Campylobacteriosis is food poisoning caused by the campylobacter bacterium. It is one of the most common causes of diarrhea in the United States, affecting over 1 million people every year.1

Campylobacteriosis occurs much more often in the summer months than in the winter months. Infants, young adults, and males are most likely to get the condition.

What causes campylobacteriosis?

Campylobacteriosis is usually caused by handling poultry (such as chicken or turkey) that is contaminated with the campylobacter bacterium and is raw or undercooked. For example, you can be infected by cutting poultry meat on a cutting board and then using the unwashed cutting board or utensil to prepare vegetables or other raw or lightly cooked foods. Drinking contaminated milk or water from contaminated lakes or streams can also result in infection.
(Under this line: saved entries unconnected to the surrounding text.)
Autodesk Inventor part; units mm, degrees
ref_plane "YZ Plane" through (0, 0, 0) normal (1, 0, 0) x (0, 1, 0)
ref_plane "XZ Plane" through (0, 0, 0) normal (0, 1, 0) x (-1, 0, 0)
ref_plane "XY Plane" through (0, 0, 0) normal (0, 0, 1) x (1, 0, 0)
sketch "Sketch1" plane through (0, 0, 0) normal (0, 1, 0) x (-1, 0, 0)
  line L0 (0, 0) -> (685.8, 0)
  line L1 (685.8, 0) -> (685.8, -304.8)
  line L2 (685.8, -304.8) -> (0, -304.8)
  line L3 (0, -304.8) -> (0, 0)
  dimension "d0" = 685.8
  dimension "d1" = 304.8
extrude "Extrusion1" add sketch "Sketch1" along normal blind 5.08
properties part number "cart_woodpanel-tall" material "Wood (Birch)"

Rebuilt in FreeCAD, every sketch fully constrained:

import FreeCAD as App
import Part
import Sketcher
from FreeCAD import Vector
Q = App.Units.Quantity


def add_polygon(sketch, points):
    """Adds a closed chain of lines whose ends are joined by coincident constraints."""
    first, n = sketch.GeometryCount, len(points)
    for a, b in zip(points, points[1:] + points[:1]):
        sketch.addGeometry(Part.LineSegment(App.Vector(*a, 0), App.Vector(*b, 0)), False)
    for i in range(n):
        sketch.addConstraint(Sketcher.Constraint("Coincident", first + i, 2, first + (i + 1) % n, 1))

doc = App.newDocument("Part")
params = doc.addObject("Spreadsheet::Sheet", "Params")
for row, (alias, value) in enumerate([
    ("sketch1_width", "27 in"),
    ("sketch1_height", "12 in"),
    ("pad1_length", "0.2 in"),
], start=1):
    params.set(f"A{row}", alias)
    params.set(f"B{row}", "=" + value)
    params.setAlias(f"B{row}", alias)

body = doc.addObject("PartDesign::Body", "Body")

# Sketch on XZ plane
sketch1 = doc.addObject("Sketcher::SketchObject", "Sketch")
body.addObject(sketch1)
sketch1.AttachmentSupport = (doc.XZ_Plane, [""])
sketch1.MapMode = "FlatFace"
add_polygon(sketch1, [(-686, 0), (0, 0), (0, -305), (-686, -305)])  # lines 0-3
sketch1.addConstraint([
    Sketcher.Constraint("Horizontal", 0),
    Sketcher.Constraint("Vertical", 1),
    Sketcher.Constraint("Horizontal", 2),
    Sketcher.Constraint("Vertical", 3),
    Sketcher.Constraint("Coincident", 0, 2, -1, 1),
    Sketcher.Constraint("DistanceX", 0, 1, 0, 2, Q("27 in")),
    Sketcher.Constraint("DistanceY", 1, 2, 1, 1, Q("12 in")),
])
sketch1.setExpression("Constraints[9]", "Params.sketch1_width")
sketch1.setExpression("Constraints[10]", "Params.sketch1_height")
pad1 = doc.addObject("PartDesign::Pad", "Pad")
body.addObject(pad1)
pad1.Profile = sketch1
pad1.setExpression("Length", "Params.pad1_length")
pad1.Reversed = True

doc.recompute()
Campylobacteriosis usually is not spread from person to person, but this can happen if you have the condition and do not properly wash your hands. Some people have become infected through contact with the infected stool of a dog or cat.

What are the symptoms?

The symptoms of campylobacteriosis include diarrhea, cramping, stomach pain, and fever within 2 to 5 days after exposure to the bacteria. Your diarrhea may be bloody, and you may feel sick to your stomach and vomit. The illness usually lasts 1 week. Some people don't have any symptoms at all. In people with impaired immune systems, campylobacteriosis can be life-threatening.
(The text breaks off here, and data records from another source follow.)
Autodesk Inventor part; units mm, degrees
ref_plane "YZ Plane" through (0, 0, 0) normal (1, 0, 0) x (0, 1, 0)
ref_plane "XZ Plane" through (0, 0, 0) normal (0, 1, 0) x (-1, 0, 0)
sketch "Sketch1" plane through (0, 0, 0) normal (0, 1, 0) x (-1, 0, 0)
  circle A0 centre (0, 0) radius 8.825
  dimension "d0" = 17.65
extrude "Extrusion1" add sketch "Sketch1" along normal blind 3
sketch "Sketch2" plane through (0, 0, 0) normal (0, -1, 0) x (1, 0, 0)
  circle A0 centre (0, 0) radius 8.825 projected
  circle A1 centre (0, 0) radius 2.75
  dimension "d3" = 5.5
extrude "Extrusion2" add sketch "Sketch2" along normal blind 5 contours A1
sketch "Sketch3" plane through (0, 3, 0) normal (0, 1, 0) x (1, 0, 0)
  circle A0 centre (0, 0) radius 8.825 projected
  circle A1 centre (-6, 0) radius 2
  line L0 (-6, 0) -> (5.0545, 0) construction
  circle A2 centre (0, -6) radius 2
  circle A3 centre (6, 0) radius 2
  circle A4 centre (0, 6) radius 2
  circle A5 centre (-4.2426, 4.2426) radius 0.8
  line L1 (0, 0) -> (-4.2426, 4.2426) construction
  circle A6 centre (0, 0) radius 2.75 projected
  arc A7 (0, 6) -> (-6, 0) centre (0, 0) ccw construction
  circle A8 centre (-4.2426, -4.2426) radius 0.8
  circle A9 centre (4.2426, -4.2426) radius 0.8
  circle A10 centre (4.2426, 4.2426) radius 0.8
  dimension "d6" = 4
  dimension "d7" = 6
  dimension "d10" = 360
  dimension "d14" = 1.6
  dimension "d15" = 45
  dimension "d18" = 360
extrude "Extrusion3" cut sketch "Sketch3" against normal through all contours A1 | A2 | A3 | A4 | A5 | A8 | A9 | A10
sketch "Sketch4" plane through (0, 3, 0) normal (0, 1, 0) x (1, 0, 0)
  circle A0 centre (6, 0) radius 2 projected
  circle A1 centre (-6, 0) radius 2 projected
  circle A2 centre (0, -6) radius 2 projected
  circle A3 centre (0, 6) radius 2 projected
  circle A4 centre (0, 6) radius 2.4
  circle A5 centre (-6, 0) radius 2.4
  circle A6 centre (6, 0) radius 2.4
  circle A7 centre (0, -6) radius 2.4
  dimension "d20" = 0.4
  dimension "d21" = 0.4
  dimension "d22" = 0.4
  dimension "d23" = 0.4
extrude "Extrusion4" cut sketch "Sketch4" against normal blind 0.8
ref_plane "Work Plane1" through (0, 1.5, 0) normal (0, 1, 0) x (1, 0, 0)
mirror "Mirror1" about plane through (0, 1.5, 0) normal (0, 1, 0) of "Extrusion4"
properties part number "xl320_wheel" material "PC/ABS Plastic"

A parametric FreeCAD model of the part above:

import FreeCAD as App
import Part
import Sketcher

V = App.Vector
Q = App.Units.Quantity

doc = App.newDocument("Part")
body = doc.addObject("PartDesign::Body", "Body")

sketch1 = body.newObject("Sketcher::SketchObject", "Sketch")
sketch1.AttachmentSupport = (doc.getObject("XZ_Plane"), [""])
sketch1.MapMode = "FlatFace"
sketch1.addGeometry(Part.Circle(V(0, 0, 0), V(0, 0, 1), 9), False)
sketch1.addConstraint([
    Sketcher.Constraint("Coincident", 0, 3, -1, 1),
    Sketcher.Constraint("Diameter", 0, Q("17.65 mm")),
])
pad1 = body.newObject("PartDesign::Pad", "Pad")
pad1.Profile = sketch1
pad1.Length = 3
pad1.Reversed = True

sketch2 = body.newObject("Sketcher::SketchObject", "Sketch001")
sketch2.AttachmentSupport = (doc.getObject("XZ_Plane"), [""])
sketch2.MapMode = "FlatFace"
sketch2.addGeometry(Part.Circle(V(0, 0, 0), V(0, 0, 1), 2.8), False)
sketch2.addConstraint([
    Sketcher.Constraint("Coincident", 0, 3, -1, 1),
    Sketcher.Constraint("Diameter", 0, Q("5.5 mm")),
])
pad2 = body.newObject("PartDesign::Pad", "Pad001")
pad2.Profile = sketch2
pad2.Length = 5

sketch3 = body.newObject("Sketcher::SketchObject", "Sketch002")
sketch3.AttachmentSupport = (doc.getObject("XZ_Plane"), [""])
sketch3.MapMode = "FlatFace"
sketch3.AttachmentOffset = App.Placement(V(0, 0, -3), App.Rotation())
sketch3.addGeometry([
    Part.Circle(V(-6, 0, 0), V(0, 0, 1), 2),
    Part.Circle(V(0, 6, 0), V(0, 0, 1), 2),
    Part.Circle(V(6, 0, 0), V(0, 0, 1), 2),
    Part.Circle(V(0, -6, 0), V(0, 0, 1), 2),
    Part.Circle(V(-4.2, -4.2, 0), V(0, 0, 1), 0.8),
    Part.Circle(V(-4.2, 4.2, 0), V(0, 0, 1), 0.8),
    Part.Circle(V(4.2, 4.2, 0), V(0, 0, 1), 0.8),
    Part.Circle(V(4.2, -4.2, 0), V(0, 0, 1), 0.8),
], False)
sketch3.addConstraint([
    Sketcher.Constraint("Equal", 0, 1),
    Sketcher.Constraint("Equal", 1, 2),
    Sketcher.Constraint("Equal", 2, 3),
    Sketcher.Constraint("Equal", 4, 5),
    Sketcher.Constraint("Equal", 5, 6),
    Sketcher.Constraint("Equal", 6, 7),
    Sketcher.Constraint("Symmetric", 0, 3, 2, 3, -1, 1),
    Sketcher.Constraint("Symmetric", 1, 3, 3, 3, -1, 1),
    Sketcher.Constraint("Symmetric", 4, 3, 6, 3, -1, 1),
    Sketcher.Constraint("Symmetric", 5, 3, 7, 3, -1, 1),
    Sketcher.Constraint("Symmetric", 5, 3, 6, 3, -2),
    Sketcher.Constraint("PointOnObject", 0, 3, -1),
    Sketcher.Constraint("PointOnObject", 1, 3, -2),
    Sketcher.Constraint("Diameter", 0, Q("4 mm")),
    Sketcher.Constraint("Diameter", 4, Q("1.6 mm")),
    Sketcher.Constraint("DistanceX", 0, 3, -1, 1, Q("6 mm")),
    Sketcher.Constraint("DistanceY", -1, 1, 1, 3, Q("6 mm")),
    Sketcher.Constraint("DistanceX", 4, 3, -1, 1, Q("4.2426 mm")),
    Sketcher.Constraint("DistanceY", 4, 3, -1, 1, Q("4.2426 mm")),
])
pocket1 = body.newObject("PartDesign::Pocket", "Pocket")
pocket1.Profile = sketch3
pocket1.Type = "ThroughAll"
pocket1.Reversed = True

sketch4 = body.newObject("Sketcher::SketchObject", "Sketch003")
sketch4.AttachmentSupport = (doc.getObject("XZ_Plane"), [""])
sketch4.MapMode = "FlatFace"
sketch4.AttachmentOffset = App.Placement(V(0, 0, -3), App.Rotation())
sketch4.addGeometry([
    Part.Circle(V(0, -6, 0), V(0, 0, 1), 2.4),
    Part.Circle(V(0, -6, 0), V(0, 0, 1), 2),
    Part.Circle(V(-6, 0, 0), V(0, 0, 1), 2.4),
    Part.Circle(V(-6, 0, 0), V(0, 0, 1), 2),
    Part.Circle(V(6, 0, 0), V(0, 0, 1), 2.4),
    Part.Circle(V(6, 0, 0), V(0, 0, 1), 2),
    Part.Circle(V(0, 6, 0), V(0, 0, 1), 2.4),
    Part.Circle(V(0, 6, 0), V(0, 0, 1), 2),
], False)
sketch4.addConstraint([
    Sketcher.Constraint("Coincident", 1, 3, 0, 3),
    Sketcher.Constraint("Coincident", 3, 3, 2, 3),
    Sketcher.Constraint("Coincident", 5, 3, 4, 3),
    Sketcher.Constraint("Coincident", 7, 3, 6, 3),
    Sketcher.Constraint("Equal", 0, 2),
    Sketcher.Constraint("Equal", 1, 3),
    Sketcher.Constraint("Equal", 2, 4),
    Sketcher.Constraint("Equal", 3, 5),
    Sketcher.Constraint("Equal", 4, 6),
    Sketcher.Constraint("Equal", 5, 7),
    Sketcher.Constraint("Symmetric", 2, 3, 4, 3, -1, 1),
    Sketcher.Constraint("Symmetric", 0, 3, 6, 3, -1, 1),
    Sketcher.Constraint("PointOnObject", 0, 3, -2),
    Sketcher.Constraint("PointOnObject", 2, 3, -1),
    Sketcher.Constraint("Diameter", 1, Q("4 mm")),
    Sketcher.Constraint("Diameter", 0, Q("4.8 mm")),
    Sketcher.Constraint("DistanceY", 0, 3, -1, 1, Q("6 mm")),
    Sketcher.Constraint("DistanceX", 2, 3, -1, 1, Q("6 mm")),
])
pocket2 = body.newObject("PartDesign::Pocket", "Pocket001")
pocket2.Profile = sketch4
pocket2.Length = 0.8
pocket2.Reversed = True
doc.recompute()

datumplane = body.newObject("PartDesign::Plane", "DatumPlane")
datumplane.AttachmentSupport = (doc.getObject("XZ_Plane"), [""])
datumplane.MapMode = "FlatFace"
datumplane.AttachmentOffset = App.Placement(V(0, 0, -1.5), App.Rotation())
mirrored = body.newObject("PartDesign::Mirrored", "Mirrored")
mirrored.Originals = [pocket2]
mirrored.MirrorPlane = (datumplane, [""])
body.Tip = mirrored

doc.recompute()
How is campylobacteriosis diagnosed?

Your health professional will do a medical history and a physical exam and ask you questions about your symptoms, foods you have recently eaten, and your work and home environments. A stool culture and blood tests may be done to confirm the diagnosis.

How is it treated?

You treat campylobacteriosis by managing any complications until it passes. Dehydration caused by diarrhea and vomiting is the most common complication. Do not use medications, including antibiotics and other treatments, unless your health professional recommends them. Most people recover completely within a week after symptoms begin, although sometimes recovery can take up to 10 days.
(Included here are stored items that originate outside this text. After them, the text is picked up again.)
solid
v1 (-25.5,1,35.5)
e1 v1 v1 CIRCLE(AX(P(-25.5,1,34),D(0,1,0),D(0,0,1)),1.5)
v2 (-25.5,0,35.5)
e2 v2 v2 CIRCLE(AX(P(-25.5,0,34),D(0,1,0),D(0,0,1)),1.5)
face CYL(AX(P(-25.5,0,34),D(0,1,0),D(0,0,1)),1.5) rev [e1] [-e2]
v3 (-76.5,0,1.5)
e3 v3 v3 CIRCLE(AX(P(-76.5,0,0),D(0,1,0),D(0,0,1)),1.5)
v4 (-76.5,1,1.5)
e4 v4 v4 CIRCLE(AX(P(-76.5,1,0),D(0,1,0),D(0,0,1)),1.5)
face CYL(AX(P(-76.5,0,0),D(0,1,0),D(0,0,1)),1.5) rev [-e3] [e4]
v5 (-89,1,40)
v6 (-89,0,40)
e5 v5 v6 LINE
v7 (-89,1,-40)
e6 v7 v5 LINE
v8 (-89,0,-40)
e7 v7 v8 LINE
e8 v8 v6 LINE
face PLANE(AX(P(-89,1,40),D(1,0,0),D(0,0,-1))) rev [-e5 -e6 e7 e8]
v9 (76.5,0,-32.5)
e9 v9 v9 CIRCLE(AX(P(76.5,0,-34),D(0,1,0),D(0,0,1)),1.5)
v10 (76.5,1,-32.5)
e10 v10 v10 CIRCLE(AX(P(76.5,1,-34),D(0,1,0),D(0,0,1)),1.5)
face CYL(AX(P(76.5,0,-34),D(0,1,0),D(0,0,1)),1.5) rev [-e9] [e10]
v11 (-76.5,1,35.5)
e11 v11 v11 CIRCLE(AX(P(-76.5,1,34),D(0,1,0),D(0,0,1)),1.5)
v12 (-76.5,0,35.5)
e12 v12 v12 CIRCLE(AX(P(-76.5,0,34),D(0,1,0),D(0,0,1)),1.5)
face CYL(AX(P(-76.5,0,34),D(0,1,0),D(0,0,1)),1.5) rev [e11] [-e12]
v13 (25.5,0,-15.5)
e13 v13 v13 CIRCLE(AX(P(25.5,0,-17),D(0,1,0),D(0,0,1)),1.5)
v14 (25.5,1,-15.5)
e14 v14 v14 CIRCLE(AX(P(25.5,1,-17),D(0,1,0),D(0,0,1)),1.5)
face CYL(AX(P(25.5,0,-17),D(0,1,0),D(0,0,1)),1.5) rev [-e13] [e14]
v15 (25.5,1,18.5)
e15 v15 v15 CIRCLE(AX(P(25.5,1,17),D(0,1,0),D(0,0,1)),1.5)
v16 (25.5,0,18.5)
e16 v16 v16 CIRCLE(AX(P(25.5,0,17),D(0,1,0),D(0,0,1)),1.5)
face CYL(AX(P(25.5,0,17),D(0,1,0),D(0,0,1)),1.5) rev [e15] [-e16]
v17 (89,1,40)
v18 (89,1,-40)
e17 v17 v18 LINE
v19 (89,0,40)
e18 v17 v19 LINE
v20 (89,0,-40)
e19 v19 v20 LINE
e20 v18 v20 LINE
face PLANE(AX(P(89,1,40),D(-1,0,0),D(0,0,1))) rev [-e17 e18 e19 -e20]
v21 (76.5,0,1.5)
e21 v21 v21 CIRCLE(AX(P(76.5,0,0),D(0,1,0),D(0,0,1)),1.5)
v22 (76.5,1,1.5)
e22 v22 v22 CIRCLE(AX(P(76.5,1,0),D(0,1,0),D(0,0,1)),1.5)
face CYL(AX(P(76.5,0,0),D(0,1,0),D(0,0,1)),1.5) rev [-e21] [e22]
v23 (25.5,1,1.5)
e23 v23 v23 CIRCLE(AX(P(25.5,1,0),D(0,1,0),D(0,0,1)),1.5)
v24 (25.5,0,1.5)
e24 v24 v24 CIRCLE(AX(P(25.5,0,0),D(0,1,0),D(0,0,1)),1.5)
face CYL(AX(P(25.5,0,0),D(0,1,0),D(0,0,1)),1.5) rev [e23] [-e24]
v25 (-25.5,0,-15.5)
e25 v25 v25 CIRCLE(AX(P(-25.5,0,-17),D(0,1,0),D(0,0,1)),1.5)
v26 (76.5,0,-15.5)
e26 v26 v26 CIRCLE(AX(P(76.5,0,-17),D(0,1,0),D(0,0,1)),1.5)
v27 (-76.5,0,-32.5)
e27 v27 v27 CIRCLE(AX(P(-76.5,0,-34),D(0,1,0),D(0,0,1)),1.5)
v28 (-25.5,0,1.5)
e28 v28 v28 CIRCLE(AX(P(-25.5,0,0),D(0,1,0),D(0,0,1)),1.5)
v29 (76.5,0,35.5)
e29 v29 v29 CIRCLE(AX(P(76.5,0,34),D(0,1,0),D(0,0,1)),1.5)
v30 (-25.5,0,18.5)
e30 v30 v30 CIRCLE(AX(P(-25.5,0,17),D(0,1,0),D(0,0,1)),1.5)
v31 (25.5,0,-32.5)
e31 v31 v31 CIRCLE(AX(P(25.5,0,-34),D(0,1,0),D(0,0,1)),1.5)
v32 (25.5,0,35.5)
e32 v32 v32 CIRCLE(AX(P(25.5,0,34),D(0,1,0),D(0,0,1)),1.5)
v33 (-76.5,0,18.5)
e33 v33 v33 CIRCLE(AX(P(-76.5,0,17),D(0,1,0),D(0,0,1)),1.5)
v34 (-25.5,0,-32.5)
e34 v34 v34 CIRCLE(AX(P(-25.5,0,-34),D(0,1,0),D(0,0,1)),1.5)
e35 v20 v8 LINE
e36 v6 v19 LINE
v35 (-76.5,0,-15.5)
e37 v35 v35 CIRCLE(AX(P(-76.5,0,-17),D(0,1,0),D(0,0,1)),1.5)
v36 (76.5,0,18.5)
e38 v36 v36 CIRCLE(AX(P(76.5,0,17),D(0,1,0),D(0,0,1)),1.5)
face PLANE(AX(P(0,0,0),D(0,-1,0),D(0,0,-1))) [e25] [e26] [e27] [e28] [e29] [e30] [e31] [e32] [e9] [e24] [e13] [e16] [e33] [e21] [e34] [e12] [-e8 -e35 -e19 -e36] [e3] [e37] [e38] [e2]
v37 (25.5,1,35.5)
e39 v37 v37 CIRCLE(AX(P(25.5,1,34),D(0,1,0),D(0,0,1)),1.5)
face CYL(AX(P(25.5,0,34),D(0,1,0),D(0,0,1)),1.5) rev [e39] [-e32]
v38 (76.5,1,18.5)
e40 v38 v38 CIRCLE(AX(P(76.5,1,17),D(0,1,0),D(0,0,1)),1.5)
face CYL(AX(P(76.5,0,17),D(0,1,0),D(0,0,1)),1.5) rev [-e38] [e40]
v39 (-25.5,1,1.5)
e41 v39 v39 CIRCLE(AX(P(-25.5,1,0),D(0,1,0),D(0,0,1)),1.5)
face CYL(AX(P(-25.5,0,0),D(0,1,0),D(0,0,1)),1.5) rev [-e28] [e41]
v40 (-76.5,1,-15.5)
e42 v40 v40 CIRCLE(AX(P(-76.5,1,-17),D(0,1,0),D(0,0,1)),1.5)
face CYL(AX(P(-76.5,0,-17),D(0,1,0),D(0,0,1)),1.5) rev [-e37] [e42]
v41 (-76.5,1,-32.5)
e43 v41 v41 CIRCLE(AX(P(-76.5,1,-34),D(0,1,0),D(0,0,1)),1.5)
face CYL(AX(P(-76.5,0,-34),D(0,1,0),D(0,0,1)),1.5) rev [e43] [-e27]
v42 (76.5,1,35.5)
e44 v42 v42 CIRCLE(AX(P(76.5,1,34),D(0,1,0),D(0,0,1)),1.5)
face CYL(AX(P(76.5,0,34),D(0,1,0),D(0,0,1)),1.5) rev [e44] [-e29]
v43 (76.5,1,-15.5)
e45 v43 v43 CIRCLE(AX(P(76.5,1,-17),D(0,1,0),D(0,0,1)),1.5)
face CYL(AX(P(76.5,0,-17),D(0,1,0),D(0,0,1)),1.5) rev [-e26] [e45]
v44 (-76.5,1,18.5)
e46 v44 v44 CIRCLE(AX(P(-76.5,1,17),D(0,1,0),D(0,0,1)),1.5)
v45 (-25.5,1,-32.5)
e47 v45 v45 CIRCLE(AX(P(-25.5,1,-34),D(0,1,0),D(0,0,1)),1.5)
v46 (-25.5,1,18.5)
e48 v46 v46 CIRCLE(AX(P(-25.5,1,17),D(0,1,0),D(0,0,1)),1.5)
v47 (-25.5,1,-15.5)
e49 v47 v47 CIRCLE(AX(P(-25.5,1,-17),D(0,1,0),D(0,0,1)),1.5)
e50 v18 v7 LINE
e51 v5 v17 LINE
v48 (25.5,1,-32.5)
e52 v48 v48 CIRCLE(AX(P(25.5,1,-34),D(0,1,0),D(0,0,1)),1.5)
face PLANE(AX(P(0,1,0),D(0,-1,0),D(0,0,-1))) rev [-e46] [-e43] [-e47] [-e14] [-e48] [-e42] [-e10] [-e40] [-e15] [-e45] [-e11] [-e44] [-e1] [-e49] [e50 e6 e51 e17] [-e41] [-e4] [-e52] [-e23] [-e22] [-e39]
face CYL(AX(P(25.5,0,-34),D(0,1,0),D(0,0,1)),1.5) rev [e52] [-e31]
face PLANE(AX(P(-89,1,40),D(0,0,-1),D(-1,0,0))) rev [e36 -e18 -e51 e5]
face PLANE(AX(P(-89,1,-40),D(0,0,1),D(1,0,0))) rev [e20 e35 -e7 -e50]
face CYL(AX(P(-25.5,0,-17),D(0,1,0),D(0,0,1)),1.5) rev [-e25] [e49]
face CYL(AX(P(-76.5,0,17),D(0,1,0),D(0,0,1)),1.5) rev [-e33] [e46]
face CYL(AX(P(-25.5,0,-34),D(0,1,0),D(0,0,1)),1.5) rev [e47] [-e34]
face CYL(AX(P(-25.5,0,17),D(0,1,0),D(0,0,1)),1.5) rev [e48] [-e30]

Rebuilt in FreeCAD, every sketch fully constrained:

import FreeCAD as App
import Part
import Sketcher
from FreeCAD import Vector


def add_polygon(sketch, points):
    """Adds a closed chain of lines whose ends are joined by coincident constraints."""
    first, n = sketch.GeometryCount, len(points)
    for a, b in zip(points, points[1:] + points[:1]):
        sketch.addGeometry(Part.LineSegment(App.Vector(*a, 0), App.Vector(*b, 0)), False)
    for i in range(n):
        sketch.addConstraint(Sketcher.Constraint("Coincident", first + i, 2, first + (i + 1) % n, 1))

doc = App.newDocument("Part")
body = doc.addObject("PartDesign::Body", "Body")

# Sketch on XZ plane
sketch1 = doc.addObject("Sketcher::SketchObject", "Sketch")
body.addObject(sketch1)
sketch1.AttachmentSupport = (doc.XZ_Plane, [""])
sketch1.MapMode = "FlatFace"
add_polygon(sketch1, [(-89, -40), (-89, 40), (89, 40), (89, -40)])  # lines 0-3
sketch1.addConstraint(Sketcher.Constraint("Vertical", 0))
sketch1.addConstraint(Sketcher.Constraint("Horizontal", 1))
sketch1.addConstraint(Sketcher.Constraint("Vertical", 2))
sketch1.addConstraint(Sketcher.Constraint("Horizontal", 3))
sketch1.addConstraint(Sketcher.Constraint("Symmetric", 0, 2, 2, 2, -1, 1))
sketch1.addConstraint(Sketcher.Constraint("DistanceX", 1, 1, 1, 2, 178.0))
sketch1.addConstraint(Sketcher.Constraint("DistanceY", 0, 1, 0, 2, 80.0))
pad1 = doc.addObject("PartDesign::Pad", "Pad")
body.addObject(pad1)
pad1.Profile = sketch1
pad1.Length = 1
pad1.Reversed = True

# Sketch on XZ plane
sketch2 = doc.addObject("Sketcher::SketchObject", "Sketch001")
body.addObject(sketch2)
sketch2.AttachmentSupport = (doc.XZ_Plane, [""])
sketch2.MapMode = "FlatFace"
sketch2.AttachmentOffset = App.Placement(Vector(0, 0, -1), App.Rotation())
sketch2.addGeometry(Part.Circle(Vector(-76.5, -34, 0), Vector(0, 0, 1), 1.5), False)
sketch2.addGeometry(Part.Circle(Vector(-76.5, -17, 0), Vector(0, 0, 1), 1.5), False)
sketch2.addGeometry(Part.Circle(Vector(-76.5, 0, 0), Vector(0, 0, 1), 1.5), False)
sketch2.addGeometry(Part.Circle(Vector(-76.5, 17, 0), Vector(0, 0, 1), 1.5), False)
sketch2.addGeometry(Part.Circle(Vector(-76.5, 34, 0), Vector(0, 0, 1), 1.5), False)
sketch2.addGeometry(Part.Circle(Vector(-25.5, -34, 0), Vector(0, 0, 1), 1.5), False)
sketch2.addGeometry(Part.Circle(Vector(-25.5, -17, 0), Vector(0, 0, 1), 1.5), False)
sketch2.addGeometry(Part.Circle(Vector(-25.5, 0, 0), Vector(0, 0, 1), 1.5), False)
sketch2.addGeometry(Part.Circle(Vector(-25.5, 17, 0), Vector(0, 0, 1), 1.5), False)
sketch2.addGeometry(Part.Circle(Vector(-25.5, 34, 0), Vector(0, 0, 1), 1.5), False)
sketch2.addGeometry(Part.Circle(Vector(25.5, -34, 0), Vector(0, 0, 1), 1.5), False)
sketch2.addGeometry(Part.Circle(Vector(25.5, -17, 0), Vector(0, 0, 1), 1.5), False)
sketch2.addGeometry(Part.Circle(Vector(25.5, 0, 0), Vector(0, 0, 1), 1.5), False)
sketch2.addGeometry(Part.Circle(Vector(25.5, 17, 0), Vector(0, 0, 1), 1.5), False)
sketch2.addGeometry(Part.Circle(Vector(25.5, 34, 0), Vector(0, 0, 1), 1.5), False)
sketch2.addGeometry(Part.Circle(Vector(76.5, -34, 0), Vector(0, 0, 1), 1.5), False)
sketch2.addGeometry(Part.Circle(Vector(76.5, -17, 0), Vector(0, 0, 1), 1.5), False)
sketch2.addGeometry(Part.Circle(Vector(76.5, 0, 0), Vector(0, 0, 1), 1.5), False)
sketch2.addGeometry(Part.Circle(Vector(76.5, 17, 0), Vector(0, 0, 1), 1.5), False)
sketch2.addGeometry(Part.Circle(Vector(76.5, 34, 0), Vector(0, 0, 1), 1.5), False)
To prevent dehydration, take frequent sips of a rehydration drink (such as Lytren, Rehydralyte, or Pedialyte). Try to drink a cup of water or rehydration drink for each large, loose stool you have. Sports drinks, soda pop, and fruit juice contain too much sugar and not enough of the important electrolytes that are lost during diarrhea and should only be taken alternately with a rehydration drink.

Try to stick to your normal diet as much as possible. Eating your usual diet will help you to get enough nutrition. Doctors believe that eating a normal diet will also help you feel better faster. But try to avoid foods that are high in fat and sugar. Also avoid spicy foods, alcohol, and coffee for 2 days after all symptoms have disappeared.

In more severe cases, your health professional may recommend antibiotics.

In rare cases, long-term problems can result from campylobacteriosis. Some people may have arthritis following campylobacteriosis; others may develop a rare disease called Guillain-Barré syndrome. This occurs when your immune system attacks your nerves, which can lead to paralysis that lasts several weeks and usually requires that you go to a hospital.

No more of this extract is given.